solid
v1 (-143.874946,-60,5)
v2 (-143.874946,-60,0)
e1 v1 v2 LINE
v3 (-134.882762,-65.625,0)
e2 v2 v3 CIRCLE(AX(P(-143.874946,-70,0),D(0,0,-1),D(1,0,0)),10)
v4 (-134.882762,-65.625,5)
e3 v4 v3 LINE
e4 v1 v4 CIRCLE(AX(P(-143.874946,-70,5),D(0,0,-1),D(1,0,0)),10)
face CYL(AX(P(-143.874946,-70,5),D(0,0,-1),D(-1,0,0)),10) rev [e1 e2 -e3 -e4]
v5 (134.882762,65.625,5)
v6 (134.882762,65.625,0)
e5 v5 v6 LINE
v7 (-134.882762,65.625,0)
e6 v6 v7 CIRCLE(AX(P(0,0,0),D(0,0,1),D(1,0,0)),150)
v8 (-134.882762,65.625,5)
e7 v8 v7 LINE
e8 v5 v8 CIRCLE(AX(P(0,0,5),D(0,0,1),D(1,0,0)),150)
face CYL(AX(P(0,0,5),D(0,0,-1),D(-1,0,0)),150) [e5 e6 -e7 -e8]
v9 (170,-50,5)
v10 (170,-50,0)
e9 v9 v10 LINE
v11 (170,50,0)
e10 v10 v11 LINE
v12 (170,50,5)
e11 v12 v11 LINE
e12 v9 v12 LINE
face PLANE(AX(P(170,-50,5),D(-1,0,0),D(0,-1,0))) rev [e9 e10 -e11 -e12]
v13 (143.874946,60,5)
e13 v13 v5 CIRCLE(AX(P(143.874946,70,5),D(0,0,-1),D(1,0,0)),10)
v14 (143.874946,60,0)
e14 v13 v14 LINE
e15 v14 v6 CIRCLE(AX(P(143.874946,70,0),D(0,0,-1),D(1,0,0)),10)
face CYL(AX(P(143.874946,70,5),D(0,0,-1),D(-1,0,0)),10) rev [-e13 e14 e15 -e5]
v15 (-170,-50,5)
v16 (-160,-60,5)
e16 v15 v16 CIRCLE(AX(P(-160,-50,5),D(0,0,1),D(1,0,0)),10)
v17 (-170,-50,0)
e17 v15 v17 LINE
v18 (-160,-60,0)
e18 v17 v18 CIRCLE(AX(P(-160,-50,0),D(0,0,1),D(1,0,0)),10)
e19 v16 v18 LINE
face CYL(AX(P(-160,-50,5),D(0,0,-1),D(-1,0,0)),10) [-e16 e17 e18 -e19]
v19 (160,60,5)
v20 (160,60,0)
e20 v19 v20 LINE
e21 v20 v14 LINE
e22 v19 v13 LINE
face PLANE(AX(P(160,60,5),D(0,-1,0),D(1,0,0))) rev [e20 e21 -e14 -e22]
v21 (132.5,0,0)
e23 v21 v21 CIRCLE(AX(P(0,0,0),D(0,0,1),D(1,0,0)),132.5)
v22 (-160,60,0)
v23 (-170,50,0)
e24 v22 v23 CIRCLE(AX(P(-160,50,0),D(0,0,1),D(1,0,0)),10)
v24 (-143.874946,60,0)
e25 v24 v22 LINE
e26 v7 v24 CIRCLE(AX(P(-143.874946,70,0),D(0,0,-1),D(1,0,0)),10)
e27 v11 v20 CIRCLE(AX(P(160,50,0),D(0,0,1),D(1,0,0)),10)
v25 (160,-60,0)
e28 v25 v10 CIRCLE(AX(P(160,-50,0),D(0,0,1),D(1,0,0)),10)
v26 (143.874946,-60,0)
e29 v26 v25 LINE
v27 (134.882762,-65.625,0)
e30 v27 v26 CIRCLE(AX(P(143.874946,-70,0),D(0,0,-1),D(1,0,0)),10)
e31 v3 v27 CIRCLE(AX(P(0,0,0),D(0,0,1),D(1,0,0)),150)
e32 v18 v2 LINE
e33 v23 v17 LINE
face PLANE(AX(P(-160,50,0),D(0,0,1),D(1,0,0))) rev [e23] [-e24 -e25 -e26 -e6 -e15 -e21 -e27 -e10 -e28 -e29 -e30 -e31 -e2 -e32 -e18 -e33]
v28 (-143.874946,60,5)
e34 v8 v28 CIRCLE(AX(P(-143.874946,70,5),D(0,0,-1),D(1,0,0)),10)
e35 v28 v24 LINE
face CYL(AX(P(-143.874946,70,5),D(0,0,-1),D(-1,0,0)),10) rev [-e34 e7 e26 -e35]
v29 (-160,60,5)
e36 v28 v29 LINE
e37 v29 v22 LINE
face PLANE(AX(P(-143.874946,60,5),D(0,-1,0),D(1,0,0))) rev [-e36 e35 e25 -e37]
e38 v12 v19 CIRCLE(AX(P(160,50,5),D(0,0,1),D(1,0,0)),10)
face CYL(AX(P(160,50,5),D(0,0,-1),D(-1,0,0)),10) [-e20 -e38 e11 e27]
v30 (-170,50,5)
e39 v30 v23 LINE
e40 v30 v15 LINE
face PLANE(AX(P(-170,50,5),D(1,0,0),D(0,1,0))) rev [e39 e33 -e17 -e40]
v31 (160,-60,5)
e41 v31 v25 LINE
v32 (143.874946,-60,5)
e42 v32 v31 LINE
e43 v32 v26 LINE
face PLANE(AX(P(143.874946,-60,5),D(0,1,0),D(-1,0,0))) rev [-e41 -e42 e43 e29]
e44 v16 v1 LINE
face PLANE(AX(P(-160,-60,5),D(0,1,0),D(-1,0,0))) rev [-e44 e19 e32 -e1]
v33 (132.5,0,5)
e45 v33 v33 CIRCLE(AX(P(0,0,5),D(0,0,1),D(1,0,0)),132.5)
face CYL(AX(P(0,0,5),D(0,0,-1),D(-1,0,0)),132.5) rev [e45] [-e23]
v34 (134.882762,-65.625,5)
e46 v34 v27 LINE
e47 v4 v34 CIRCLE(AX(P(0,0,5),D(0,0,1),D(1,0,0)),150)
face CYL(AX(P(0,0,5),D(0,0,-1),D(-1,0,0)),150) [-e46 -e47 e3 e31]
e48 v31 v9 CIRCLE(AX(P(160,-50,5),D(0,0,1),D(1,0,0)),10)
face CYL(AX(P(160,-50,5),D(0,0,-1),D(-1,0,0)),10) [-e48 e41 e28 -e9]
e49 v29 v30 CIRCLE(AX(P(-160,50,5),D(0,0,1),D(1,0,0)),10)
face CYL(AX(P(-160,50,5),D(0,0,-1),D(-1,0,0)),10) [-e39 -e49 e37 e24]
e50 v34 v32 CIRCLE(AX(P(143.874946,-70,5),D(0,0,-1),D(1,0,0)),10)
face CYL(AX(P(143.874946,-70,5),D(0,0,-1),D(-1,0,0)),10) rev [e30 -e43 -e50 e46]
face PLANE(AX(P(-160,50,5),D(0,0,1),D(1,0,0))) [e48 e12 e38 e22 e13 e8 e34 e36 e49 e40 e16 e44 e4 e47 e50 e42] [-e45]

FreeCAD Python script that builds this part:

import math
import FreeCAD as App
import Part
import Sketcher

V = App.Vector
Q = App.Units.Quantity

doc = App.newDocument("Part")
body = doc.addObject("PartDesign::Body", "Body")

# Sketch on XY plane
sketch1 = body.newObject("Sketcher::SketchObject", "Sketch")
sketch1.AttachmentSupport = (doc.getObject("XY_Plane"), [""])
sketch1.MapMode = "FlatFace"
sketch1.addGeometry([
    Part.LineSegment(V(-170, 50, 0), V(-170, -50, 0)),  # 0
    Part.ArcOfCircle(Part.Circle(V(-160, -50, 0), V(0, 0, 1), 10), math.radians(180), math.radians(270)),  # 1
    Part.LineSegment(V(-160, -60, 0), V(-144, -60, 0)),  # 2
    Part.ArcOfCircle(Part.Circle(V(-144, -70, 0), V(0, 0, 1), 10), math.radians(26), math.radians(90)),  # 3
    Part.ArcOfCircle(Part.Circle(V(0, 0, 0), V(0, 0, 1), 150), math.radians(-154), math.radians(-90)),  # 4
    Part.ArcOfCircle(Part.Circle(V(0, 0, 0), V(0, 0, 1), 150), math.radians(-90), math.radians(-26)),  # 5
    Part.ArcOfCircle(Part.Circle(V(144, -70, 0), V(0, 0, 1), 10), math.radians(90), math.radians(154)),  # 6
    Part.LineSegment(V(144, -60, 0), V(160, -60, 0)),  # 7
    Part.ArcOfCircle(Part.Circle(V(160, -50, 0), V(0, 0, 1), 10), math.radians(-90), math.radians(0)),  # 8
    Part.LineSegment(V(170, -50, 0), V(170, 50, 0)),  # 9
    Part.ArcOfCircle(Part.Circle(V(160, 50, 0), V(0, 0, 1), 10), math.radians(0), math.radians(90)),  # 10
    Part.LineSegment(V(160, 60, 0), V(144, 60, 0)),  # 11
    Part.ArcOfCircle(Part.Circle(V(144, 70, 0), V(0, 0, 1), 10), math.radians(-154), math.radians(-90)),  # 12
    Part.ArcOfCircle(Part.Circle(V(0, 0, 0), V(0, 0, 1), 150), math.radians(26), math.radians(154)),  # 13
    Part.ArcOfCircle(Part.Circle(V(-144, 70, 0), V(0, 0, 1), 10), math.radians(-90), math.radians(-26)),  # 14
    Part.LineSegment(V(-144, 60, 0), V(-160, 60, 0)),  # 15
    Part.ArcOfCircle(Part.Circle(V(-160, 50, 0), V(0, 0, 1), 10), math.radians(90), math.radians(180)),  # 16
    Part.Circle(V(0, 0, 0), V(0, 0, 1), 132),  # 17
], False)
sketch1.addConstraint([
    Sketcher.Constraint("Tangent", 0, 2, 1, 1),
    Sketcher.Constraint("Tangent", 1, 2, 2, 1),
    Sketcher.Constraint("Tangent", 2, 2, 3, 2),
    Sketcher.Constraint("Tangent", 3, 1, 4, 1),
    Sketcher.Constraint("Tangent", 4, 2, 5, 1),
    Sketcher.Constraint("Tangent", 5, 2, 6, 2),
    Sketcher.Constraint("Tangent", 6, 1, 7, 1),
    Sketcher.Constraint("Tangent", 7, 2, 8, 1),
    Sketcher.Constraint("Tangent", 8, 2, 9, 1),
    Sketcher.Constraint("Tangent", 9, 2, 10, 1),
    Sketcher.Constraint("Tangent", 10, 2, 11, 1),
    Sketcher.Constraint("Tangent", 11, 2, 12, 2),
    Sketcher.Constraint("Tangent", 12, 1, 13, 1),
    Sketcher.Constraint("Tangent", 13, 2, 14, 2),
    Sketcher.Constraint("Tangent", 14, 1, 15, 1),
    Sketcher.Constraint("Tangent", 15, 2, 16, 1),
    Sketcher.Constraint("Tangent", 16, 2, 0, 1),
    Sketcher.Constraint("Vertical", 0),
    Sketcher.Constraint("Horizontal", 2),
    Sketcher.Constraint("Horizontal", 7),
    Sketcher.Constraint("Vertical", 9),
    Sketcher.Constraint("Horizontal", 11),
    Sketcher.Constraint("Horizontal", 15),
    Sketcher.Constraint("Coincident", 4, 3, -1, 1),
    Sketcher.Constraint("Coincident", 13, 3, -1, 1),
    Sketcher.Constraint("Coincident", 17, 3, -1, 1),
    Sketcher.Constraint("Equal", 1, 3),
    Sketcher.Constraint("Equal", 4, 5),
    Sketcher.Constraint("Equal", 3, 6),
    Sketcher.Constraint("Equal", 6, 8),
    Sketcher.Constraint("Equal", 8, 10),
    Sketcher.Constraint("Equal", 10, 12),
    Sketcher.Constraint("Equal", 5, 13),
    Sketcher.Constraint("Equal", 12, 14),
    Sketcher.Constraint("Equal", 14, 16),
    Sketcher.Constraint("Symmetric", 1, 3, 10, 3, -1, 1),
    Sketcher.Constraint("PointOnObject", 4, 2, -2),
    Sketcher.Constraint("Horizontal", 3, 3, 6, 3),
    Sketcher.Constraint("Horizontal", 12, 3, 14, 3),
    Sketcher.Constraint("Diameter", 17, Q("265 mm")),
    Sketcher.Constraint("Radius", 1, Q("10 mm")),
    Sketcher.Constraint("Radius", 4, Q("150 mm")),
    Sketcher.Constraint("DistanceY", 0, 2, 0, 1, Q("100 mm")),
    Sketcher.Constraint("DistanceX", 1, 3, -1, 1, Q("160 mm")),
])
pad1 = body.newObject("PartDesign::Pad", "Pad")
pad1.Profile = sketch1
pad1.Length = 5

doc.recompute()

● The task
Send back exactly the lines of the listing above starting at the one with "e14 v13 v14 LINE" and ending at the one with "e25 v24 v22 LINE", inclusive, and no others.

● Result below
e14 v13 v14 LINE
e15 v14 v6 CIRCLE(AX(P(143.874946,70,0),D(0,0,-1),D(1,0,0)),10)
face CYL(AX(P(143.874946,70,5),D(0,0,-1),D(-1,0,0)),10) rev [-e13 e14 e15 -e5]
v15 (-170,-50,5)
v16 (-160,-60,5)
e16 v15 v16 CIRCLE(AX(P(-160,-50,5),D(0,0,1),D(1,0,0)),10)
v17 (-170,-50,0)
e17 v15 v17 LINE
v18 (-160,-60,0)
e18 v17 v18 CIRCLE(AX(P(-160,-50,0),D(0,0,1),D(1,0,0)),10)
e19 v16 v18 LINE
face CYL(AX(P(-160,-50,5),D(0,0,-1),D(-1,0,0)),10) [-e16 e17 e18 -e19]
v19 (160,60,5)
v20 (160,60,0)
e20 v19 v20 LINE
e21 v20 v14 LINE
e22 v19 v13 LINE
face PLANE(AX(P(160,60,5),D(0,-1,0),D(1,0,0))) rev [e20 e21 -e14 -e22]
v21 (132.5,0,0)
e23 v21 v21 CIRCLE(AX(P(0,0,0),D(0,0,1),D(1,0,0)),132.5)
v22 (-160,60,0)
v23 (-170,50,0)
e24 v22 v23 CIRCLE(AX(P(-160,50,0),D(0,0,1),D(1,0,0)),10)
v24 (-143.874946,60,0)
e25 v24 v22 LINE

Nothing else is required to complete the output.